Life, Liberty, and the Pursuit of Cheap Cement

April 28, 2005 by

The other day the Wall Street Journal published an editorial castigating officials in Portland, Oregon, for pulling out of the FBI’s Joint Terrorism Task Force. The mayor was upset that the FBI refused to give him full access to classified information, and there was a wider concern about the agency violating the civil liberties of Portland citizens. The Journal dismissed such concerns, arguing that the FBI had to make tough choices in the “war on terrorism,” and we all just have to deal with it.

I might find this argument plausible if the FBI—and its bosses at the Justice Department—weren’t squandering resources on persecuting American citizens for fabricated political “crimes.” A case in point from today: The DOJ proudly announced that it had coerced a guilty plea from Larry Lee, an Indiana businessman, who allegedly conspired (with persons not identified) to “fix prices” in the ready-mix concrete market in Indiana. This is part of a larger price-fixing investigation of the concrete industry being led by the Antitrust Division and, yes, the FBI. Lee will serve eight months in prison and pay the government $70,000 for his dastardly act of charging “collusive and noncompetitive prices” to wiling customers.
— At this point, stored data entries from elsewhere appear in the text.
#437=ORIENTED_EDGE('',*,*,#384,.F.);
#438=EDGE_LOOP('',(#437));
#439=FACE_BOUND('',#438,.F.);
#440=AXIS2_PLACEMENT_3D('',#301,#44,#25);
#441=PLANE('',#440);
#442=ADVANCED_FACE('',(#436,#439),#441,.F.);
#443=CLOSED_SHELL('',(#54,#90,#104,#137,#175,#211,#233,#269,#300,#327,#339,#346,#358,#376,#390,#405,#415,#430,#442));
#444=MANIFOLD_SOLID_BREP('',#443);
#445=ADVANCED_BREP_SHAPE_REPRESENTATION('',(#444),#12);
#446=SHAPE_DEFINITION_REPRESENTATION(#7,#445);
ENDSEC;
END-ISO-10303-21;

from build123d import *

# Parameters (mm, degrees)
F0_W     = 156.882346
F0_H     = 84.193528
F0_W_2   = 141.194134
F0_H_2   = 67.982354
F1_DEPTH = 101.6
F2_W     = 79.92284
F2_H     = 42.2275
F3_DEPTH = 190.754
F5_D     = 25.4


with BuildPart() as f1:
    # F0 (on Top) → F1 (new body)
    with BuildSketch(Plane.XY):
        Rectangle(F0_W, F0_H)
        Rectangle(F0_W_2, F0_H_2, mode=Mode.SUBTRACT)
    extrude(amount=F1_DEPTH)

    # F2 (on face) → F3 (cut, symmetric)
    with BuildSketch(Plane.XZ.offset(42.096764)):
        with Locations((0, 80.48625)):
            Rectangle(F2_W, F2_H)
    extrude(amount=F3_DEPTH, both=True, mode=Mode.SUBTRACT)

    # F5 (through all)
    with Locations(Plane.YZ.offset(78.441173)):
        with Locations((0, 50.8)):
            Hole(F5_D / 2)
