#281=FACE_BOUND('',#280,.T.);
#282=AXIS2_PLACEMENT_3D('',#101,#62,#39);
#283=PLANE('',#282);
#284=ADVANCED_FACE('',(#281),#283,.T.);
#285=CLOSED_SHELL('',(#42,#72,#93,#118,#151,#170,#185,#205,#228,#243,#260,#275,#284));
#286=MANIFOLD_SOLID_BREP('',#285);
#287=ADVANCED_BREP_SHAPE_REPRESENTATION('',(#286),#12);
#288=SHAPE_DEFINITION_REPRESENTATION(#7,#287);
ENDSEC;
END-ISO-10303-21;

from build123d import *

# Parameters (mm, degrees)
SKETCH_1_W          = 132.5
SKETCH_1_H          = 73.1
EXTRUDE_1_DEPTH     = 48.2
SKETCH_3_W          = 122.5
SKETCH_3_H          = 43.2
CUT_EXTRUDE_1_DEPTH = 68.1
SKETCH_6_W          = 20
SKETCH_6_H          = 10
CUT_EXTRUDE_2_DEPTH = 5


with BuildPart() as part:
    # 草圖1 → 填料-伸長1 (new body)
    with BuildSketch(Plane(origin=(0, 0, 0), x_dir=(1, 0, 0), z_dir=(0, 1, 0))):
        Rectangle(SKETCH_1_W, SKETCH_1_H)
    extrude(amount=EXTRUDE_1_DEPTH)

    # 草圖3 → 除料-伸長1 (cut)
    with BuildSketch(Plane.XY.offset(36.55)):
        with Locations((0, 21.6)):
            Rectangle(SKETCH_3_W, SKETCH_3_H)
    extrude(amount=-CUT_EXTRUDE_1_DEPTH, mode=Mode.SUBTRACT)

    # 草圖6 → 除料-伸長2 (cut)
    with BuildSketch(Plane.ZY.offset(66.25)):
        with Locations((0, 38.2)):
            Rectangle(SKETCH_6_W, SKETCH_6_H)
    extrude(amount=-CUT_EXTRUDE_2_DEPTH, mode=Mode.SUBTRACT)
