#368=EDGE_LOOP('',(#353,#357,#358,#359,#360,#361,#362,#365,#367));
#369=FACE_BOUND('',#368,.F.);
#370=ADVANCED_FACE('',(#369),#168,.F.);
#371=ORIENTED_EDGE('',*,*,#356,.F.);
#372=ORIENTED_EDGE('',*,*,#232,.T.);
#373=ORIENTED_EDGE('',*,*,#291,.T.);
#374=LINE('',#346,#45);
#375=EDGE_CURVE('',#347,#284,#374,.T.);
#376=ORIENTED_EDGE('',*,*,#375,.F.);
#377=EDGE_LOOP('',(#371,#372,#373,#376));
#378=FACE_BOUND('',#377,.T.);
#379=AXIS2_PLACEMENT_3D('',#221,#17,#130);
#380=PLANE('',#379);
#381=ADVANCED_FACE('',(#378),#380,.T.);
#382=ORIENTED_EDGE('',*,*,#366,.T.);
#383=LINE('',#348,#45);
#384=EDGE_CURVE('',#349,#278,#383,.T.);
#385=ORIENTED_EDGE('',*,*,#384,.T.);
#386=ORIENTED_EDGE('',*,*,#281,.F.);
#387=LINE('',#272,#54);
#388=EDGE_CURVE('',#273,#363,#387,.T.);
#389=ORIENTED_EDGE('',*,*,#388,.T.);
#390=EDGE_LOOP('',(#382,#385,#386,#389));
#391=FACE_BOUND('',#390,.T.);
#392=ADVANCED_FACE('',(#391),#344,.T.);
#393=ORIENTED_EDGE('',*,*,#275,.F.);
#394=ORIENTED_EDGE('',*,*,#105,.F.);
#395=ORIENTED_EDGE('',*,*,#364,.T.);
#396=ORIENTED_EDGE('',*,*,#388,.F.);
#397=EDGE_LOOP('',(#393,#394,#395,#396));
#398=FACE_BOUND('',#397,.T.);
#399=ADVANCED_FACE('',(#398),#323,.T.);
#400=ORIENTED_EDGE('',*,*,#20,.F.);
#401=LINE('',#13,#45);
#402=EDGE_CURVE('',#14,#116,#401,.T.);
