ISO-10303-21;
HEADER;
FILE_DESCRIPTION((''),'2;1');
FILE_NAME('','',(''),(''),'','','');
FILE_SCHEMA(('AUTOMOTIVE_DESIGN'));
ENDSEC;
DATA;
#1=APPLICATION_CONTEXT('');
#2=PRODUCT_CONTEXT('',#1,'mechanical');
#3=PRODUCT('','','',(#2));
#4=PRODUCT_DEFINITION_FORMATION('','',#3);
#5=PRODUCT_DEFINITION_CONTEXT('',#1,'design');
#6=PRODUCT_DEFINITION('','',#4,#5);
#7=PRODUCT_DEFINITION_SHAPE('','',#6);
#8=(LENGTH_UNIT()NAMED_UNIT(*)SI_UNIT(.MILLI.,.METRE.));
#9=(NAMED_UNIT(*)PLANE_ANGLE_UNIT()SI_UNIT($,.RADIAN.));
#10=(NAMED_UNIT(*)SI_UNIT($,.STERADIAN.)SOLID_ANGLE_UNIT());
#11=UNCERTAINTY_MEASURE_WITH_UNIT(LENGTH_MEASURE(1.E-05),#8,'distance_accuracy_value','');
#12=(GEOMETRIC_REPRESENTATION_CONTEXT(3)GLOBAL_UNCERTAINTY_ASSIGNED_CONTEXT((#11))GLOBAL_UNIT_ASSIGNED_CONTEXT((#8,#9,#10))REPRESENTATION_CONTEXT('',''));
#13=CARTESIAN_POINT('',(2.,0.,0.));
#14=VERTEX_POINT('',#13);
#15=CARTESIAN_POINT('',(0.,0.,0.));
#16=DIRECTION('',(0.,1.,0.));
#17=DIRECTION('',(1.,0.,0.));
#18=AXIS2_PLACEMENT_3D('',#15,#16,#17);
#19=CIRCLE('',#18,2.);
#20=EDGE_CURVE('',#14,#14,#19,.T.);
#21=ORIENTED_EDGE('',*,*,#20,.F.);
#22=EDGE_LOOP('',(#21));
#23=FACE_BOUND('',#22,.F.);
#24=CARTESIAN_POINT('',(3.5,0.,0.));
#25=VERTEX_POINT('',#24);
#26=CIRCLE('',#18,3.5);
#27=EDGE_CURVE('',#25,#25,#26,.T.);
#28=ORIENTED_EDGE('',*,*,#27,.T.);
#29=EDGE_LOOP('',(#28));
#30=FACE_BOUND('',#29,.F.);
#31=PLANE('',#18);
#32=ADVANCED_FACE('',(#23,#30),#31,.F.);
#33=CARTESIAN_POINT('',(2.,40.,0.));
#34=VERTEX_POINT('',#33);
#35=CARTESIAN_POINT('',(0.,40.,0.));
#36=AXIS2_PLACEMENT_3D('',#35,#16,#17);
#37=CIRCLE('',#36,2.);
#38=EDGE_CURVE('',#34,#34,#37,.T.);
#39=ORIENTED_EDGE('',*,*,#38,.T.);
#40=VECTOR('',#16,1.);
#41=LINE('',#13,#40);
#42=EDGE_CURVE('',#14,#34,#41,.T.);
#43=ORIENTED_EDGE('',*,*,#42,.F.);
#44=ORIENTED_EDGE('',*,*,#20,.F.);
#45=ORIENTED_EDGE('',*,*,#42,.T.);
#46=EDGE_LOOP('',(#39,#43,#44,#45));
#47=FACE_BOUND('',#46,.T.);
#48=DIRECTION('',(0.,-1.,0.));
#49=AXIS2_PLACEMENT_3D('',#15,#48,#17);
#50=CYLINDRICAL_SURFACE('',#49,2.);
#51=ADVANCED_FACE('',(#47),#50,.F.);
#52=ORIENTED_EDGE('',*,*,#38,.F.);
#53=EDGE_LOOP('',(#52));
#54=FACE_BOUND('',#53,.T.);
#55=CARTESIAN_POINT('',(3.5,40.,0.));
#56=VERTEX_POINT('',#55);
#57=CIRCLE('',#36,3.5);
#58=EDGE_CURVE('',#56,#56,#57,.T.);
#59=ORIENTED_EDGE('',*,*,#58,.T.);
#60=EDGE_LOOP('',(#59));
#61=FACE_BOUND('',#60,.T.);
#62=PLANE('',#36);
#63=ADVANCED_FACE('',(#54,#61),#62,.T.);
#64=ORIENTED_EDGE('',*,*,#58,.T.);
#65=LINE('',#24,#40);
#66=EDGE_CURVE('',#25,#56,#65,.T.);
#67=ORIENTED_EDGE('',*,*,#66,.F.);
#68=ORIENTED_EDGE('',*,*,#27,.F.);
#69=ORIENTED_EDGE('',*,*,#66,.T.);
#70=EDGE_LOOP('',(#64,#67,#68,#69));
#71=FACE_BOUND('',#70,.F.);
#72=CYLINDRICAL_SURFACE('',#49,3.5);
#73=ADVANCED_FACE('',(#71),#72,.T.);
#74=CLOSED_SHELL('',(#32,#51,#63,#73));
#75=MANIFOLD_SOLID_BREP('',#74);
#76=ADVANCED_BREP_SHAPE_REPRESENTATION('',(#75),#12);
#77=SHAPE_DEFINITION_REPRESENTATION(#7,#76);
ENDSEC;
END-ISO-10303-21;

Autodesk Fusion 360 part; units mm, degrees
sketch "Sketch1" plane through (0, 0, 0) normal (0, 1, 0) x (1, 0, 0)
  circle A0 centre (0, 0) radius 3.5
  circle A1 centre (0, 0) radius 2
  dimension "d1" = 7
  dimension "d2" = 4
extrude "Extrude1" add sketch "Sketch1" along normal blind 40
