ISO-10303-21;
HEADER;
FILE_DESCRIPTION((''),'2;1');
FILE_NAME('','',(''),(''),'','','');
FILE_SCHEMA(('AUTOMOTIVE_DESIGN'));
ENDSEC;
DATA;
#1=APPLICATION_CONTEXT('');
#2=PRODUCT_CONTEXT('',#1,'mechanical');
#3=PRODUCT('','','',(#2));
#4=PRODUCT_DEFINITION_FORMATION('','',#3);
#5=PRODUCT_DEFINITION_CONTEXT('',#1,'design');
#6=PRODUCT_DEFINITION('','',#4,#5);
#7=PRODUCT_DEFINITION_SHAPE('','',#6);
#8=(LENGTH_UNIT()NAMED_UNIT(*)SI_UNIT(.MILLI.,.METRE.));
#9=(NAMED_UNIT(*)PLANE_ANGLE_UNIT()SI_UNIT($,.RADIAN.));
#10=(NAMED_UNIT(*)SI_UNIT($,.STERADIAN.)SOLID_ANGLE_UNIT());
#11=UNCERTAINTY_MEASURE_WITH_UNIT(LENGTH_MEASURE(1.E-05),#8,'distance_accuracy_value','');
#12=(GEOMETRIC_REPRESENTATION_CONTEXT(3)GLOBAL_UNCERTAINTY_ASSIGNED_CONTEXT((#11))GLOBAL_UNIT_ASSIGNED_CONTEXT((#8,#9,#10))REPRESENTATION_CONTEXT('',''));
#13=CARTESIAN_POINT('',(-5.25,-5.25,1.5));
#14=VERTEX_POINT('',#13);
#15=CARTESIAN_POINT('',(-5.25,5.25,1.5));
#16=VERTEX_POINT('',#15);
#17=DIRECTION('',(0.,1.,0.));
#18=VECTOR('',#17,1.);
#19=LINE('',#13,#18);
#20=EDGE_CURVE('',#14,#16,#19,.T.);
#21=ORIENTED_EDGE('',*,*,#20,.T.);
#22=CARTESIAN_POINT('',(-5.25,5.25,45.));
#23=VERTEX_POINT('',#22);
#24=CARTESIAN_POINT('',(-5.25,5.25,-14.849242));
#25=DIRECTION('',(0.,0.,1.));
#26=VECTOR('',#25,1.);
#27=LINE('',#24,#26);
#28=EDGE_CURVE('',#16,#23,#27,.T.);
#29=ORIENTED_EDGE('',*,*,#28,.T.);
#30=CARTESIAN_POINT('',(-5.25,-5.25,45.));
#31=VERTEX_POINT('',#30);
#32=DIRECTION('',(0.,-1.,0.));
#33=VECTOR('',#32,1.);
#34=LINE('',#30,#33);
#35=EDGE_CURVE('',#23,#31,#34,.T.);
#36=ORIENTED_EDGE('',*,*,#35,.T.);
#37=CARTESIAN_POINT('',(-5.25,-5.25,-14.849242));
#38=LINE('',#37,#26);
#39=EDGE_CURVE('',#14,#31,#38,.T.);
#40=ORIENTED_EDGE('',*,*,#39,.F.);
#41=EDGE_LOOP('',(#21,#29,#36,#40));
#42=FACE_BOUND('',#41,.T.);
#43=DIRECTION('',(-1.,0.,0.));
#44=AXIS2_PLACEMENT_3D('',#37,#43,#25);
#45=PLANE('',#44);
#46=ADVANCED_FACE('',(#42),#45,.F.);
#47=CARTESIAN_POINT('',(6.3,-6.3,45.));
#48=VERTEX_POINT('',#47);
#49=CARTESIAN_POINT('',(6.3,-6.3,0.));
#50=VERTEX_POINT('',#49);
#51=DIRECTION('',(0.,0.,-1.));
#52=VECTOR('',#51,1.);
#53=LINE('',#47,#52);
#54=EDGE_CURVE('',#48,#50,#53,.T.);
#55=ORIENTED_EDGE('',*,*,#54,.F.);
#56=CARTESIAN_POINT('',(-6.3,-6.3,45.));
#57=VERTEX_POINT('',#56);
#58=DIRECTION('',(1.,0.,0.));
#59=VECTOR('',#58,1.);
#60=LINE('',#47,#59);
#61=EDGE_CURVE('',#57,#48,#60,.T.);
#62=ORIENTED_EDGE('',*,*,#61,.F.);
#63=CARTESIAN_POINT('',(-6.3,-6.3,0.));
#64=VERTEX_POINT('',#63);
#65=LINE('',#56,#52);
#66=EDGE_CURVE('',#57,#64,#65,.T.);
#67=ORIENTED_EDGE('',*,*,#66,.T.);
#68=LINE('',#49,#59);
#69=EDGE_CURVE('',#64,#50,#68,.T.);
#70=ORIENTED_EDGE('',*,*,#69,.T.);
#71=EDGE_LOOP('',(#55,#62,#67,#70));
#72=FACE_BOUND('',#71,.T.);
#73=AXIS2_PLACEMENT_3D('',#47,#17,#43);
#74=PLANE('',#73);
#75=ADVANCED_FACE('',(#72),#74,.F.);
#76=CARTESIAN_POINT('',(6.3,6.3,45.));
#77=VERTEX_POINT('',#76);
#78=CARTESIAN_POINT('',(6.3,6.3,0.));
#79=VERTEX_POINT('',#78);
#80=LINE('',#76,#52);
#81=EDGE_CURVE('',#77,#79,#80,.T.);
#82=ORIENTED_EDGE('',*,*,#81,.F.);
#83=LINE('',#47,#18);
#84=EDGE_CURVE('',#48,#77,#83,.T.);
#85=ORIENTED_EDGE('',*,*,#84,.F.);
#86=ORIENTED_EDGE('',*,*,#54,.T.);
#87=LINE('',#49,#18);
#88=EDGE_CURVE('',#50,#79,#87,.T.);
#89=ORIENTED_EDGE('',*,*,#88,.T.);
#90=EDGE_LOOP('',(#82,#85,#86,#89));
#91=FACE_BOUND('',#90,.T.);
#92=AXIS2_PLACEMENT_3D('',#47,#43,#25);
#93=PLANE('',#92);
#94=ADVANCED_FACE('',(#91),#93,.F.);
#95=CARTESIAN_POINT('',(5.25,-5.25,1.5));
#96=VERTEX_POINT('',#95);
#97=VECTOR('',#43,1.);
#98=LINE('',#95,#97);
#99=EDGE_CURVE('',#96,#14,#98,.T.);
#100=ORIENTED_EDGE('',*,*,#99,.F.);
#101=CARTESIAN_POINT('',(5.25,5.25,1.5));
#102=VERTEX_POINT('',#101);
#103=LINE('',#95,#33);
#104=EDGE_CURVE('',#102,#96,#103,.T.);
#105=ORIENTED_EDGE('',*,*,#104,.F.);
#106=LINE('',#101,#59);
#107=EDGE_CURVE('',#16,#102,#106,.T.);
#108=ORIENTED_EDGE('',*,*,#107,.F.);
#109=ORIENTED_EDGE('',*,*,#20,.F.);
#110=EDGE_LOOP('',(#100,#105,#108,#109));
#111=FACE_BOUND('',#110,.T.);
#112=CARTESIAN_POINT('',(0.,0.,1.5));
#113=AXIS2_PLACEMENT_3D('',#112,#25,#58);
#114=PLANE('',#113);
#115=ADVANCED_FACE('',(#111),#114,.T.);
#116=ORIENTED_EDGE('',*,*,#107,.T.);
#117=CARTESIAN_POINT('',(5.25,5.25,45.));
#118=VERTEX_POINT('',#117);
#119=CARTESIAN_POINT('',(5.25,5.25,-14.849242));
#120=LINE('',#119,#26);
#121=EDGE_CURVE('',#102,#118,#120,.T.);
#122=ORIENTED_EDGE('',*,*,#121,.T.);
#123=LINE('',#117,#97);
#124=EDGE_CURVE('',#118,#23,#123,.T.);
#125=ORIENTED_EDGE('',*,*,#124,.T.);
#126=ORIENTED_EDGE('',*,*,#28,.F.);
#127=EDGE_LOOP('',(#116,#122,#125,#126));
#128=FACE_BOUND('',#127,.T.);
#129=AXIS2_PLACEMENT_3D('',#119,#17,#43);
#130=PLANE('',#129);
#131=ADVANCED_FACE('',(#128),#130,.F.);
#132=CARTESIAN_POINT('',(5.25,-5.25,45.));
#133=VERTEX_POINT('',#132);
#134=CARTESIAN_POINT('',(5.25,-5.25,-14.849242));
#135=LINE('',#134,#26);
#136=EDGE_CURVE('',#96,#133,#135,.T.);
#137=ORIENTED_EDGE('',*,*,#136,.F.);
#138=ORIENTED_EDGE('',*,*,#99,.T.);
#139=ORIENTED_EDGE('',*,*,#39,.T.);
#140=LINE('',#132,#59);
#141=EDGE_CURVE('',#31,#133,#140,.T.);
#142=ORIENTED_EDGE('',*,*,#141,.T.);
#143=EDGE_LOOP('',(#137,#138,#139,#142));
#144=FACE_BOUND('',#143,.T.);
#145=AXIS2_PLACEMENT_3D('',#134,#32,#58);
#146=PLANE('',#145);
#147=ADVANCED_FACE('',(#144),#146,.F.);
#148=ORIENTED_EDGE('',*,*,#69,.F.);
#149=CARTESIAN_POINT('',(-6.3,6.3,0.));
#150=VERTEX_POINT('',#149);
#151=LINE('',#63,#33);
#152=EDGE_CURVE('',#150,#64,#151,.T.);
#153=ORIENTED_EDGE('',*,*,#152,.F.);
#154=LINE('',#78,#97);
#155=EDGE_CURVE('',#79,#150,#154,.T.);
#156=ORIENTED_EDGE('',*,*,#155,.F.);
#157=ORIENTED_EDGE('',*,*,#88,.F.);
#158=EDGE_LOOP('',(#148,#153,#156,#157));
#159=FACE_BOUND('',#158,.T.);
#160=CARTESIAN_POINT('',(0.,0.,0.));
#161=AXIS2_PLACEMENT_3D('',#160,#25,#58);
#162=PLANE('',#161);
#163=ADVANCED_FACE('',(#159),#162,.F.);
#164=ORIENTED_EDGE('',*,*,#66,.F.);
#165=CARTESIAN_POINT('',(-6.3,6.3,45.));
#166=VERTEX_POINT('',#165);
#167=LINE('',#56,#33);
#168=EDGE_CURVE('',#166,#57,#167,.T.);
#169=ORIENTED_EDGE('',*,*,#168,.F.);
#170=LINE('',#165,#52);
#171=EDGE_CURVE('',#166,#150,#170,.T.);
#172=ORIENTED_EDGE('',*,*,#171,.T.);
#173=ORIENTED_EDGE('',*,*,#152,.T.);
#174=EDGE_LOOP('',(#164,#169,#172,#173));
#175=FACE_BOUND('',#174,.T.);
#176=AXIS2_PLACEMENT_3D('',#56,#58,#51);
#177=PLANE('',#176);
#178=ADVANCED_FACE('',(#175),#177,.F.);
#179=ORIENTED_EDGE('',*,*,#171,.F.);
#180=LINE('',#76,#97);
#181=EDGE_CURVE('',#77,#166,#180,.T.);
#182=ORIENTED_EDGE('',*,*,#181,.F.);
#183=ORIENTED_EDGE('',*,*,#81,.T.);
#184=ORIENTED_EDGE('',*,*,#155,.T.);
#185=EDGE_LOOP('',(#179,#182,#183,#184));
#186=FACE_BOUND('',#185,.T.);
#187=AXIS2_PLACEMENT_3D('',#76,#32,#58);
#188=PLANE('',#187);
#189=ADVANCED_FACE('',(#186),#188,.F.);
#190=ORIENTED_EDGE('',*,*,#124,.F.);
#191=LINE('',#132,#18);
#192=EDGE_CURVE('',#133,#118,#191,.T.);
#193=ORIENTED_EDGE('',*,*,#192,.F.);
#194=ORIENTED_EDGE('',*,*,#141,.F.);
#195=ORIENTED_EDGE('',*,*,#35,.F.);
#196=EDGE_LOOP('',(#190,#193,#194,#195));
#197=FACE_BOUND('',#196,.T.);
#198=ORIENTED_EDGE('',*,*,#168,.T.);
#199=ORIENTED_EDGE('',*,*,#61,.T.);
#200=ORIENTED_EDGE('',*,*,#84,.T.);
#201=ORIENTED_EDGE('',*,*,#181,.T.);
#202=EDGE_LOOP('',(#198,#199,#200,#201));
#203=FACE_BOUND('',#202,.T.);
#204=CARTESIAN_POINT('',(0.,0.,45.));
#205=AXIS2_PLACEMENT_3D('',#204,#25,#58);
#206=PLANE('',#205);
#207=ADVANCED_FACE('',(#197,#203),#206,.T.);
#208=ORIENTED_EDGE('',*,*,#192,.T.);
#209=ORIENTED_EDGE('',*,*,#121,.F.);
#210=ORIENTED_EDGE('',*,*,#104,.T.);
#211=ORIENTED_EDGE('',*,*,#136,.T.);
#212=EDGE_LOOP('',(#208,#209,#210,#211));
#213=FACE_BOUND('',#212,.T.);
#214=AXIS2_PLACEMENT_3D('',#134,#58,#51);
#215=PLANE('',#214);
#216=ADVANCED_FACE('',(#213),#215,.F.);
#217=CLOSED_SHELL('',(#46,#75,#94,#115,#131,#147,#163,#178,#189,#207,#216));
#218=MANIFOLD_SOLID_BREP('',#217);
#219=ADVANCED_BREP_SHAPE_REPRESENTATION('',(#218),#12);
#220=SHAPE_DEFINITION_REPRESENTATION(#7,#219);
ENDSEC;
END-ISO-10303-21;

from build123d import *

# Parameters (mm, degrees)
SKIZZE1_W                       = 12.6
SKIZZE1_H                       = 12.6
AUFSATZ_LINEAR_AUSTRAGEN1_DEPTH = 45
SKIZZE2_W                       = 10.5
SKIZZE2_H                       = 10.5
SCHNITT_LINEAR_AUSTRAGEN1_DEPTH = 43.5


with BuildPart() as part:
    # Skizze1 → Aufsatz-Linear austragen1 (new body)
    with BuildSketch(Plane.XY):
        Rectangle(SKIZZE1_W, SKIZZE1_H)
    extrude(amount=AUFSATZ_LINEAR_AUSTRAGEN1_DEPTH)

    # Skizze2 → Schnitt-Linear austragen1 (cut)
    with BuildSketch(Plane.XY.offset(45)):
        Rectangle(SKIZZE2_W, SKIZZE2_H)
    extrude(amount=-SCHNITT_LINEAR_AUSTRAGEN1_DEPTH, mode=Mode.SUBTRACT)


solid = part.part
Deputy Assistant Attorney General Scott Hammond proclaimed Lee’s imprisonment a triumph for the Republic: “Price fixing harms government, corporate, and individual consumers by depriving them of the benefits of fair and competitive pricing.”

Apparently the Bush administration’s dedication to a “strict construction” of the Constitution allows for the right to receive “the benefits of fair and competitive pricing,” that is, prices determined ex post by DOJ lawyers rather than buyers and sellers in the free market. Nor does the administration see any federalism issues arising from a prosecution that deals with commercial activity that only affected three counties in Indiana.

{ 4 comments }

Mr. Econotarian April 28, 2005 at 9:58 pm

The sad thing is that the US government already has punitive tariffs of up to 55% on imported cement from Mexico! And this has been found to be a violation of free trade by the WTO! Who should the FBI be locking up? The Secretary of Commerce!

Read about it here

Skip Oliva April 28, 2005 at 10:33 pm

I would add that just last month the Federal Trade Commission threw a fit when a Mexican cement company acquired a U.S. cement company. FTC lawyers insisted on a “divestiture” of certain assets to prevent a “monopoly” in the Tuscon, Arizona market.

CJ Maloney April 29, 2005 at 7:04 am

And when, in years to come, we are all impoverished and enslaved, we will all gaze at each other what a silly “wha’ happened?” look plastered all over our gobs.

Sag April 29, 2005 at 2:18 pm

Skip,

This is great stuff. I am horrified and fascinated by your continuing exposes of these sort of “everyday” government crimes. It’s easy to see the big ones. But I guess it’s now clear just what these prople are up to when they aren’t planning the next “liberation”.